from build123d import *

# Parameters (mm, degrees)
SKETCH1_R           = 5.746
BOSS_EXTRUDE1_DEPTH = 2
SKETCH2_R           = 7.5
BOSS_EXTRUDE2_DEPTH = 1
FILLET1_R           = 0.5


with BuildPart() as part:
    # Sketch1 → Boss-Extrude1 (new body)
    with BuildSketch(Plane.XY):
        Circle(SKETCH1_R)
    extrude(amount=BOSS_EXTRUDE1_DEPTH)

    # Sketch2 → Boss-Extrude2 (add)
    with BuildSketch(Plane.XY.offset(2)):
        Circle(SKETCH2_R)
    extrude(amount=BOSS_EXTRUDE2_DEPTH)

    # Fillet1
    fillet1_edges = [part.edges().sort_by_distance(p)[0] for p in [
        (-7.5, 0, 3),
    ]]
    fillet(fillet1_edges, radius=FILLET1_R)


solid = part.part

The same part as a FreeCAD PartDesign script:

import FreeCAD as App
import Part
import Sketcher

V = App.Vector


def edges_at(feature, points):
    """Names of the edges that pass closest to the given points."""
    edges = feature.Shape.Edges
    near = lambda p: min(range(len(edges)), key=lambda i: edges[i].distToShape(Part.Vertex(*p))[0])
    return sorted({f"Edge{near(p) + 1}" for p in points})

doc = App.newDocument("Part")
body = doc.addObject("PartDesign::Body", "Body")

# Sketch on XY plane
sketch1 = body.newObject("Sketcher::SketchObject", "Sketch")
sketch1.AttachmentSupport = (doc.getObject("XY_Plane"), [""])
sketch1.MapMode = "FlatFace"
sketch1.addGeometry(Part.Circle(V(0, 0, 0), V(0, 0, 1), 6), False)
sketch1.addConstraint(Sketcher.Constraint("Coincident", 0, 3, -1, 1))
sketch1.addConstraint(Sketcher.Constraint("Diameter", 0, 11.492))
pad1 = body.newObject("PartDesign::Pad", "Pad")
pad1.Profile = sketch1
pad1.Length = 2

# Sketch on XY plane
sketch2 = body.newObject("Sketcher::SketchObject", "Sketch001")
sketch2.AttachmentSupport = (doc.getObject("XY_Plane"), [""])
sketch2.MapMode = "FlatFace"
sketch2.AttachmentOffset = App.Placement(V(0, 0, 2), App.Rotation())
sketch2.addGeometry(Part.Circle(V(0, 0, 0), V(0, 0, 1), 8), False)
sketch2.addConstraint(Sketcher.Constraint("Coincident", 0, 3, -1, 1))
sketch2.addConstraint(Sketcher.Constraint("Diameter", 0, 15.0))
pad2 = body.newObject("PartDesign::Pad", "Pad001")
pad2.Profile = sketch2
pad2.Length = 1
doc.recompute()

fillet = body.newObject("PartDesign::Fillet", "Fillet")
fillet.Base = (pad2, edges_at(pad2, [(-7.5, 0, 3)]))
fillet.Radius = 0.5

doc.recompute()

### Required work
Please copy every line in the entries where "with" appears.

### Result for this exercise
with BuildPart() as part:
    with BuildSketch(Plane.XY):
    with BuildSketch(Plane.XY.offset(2)):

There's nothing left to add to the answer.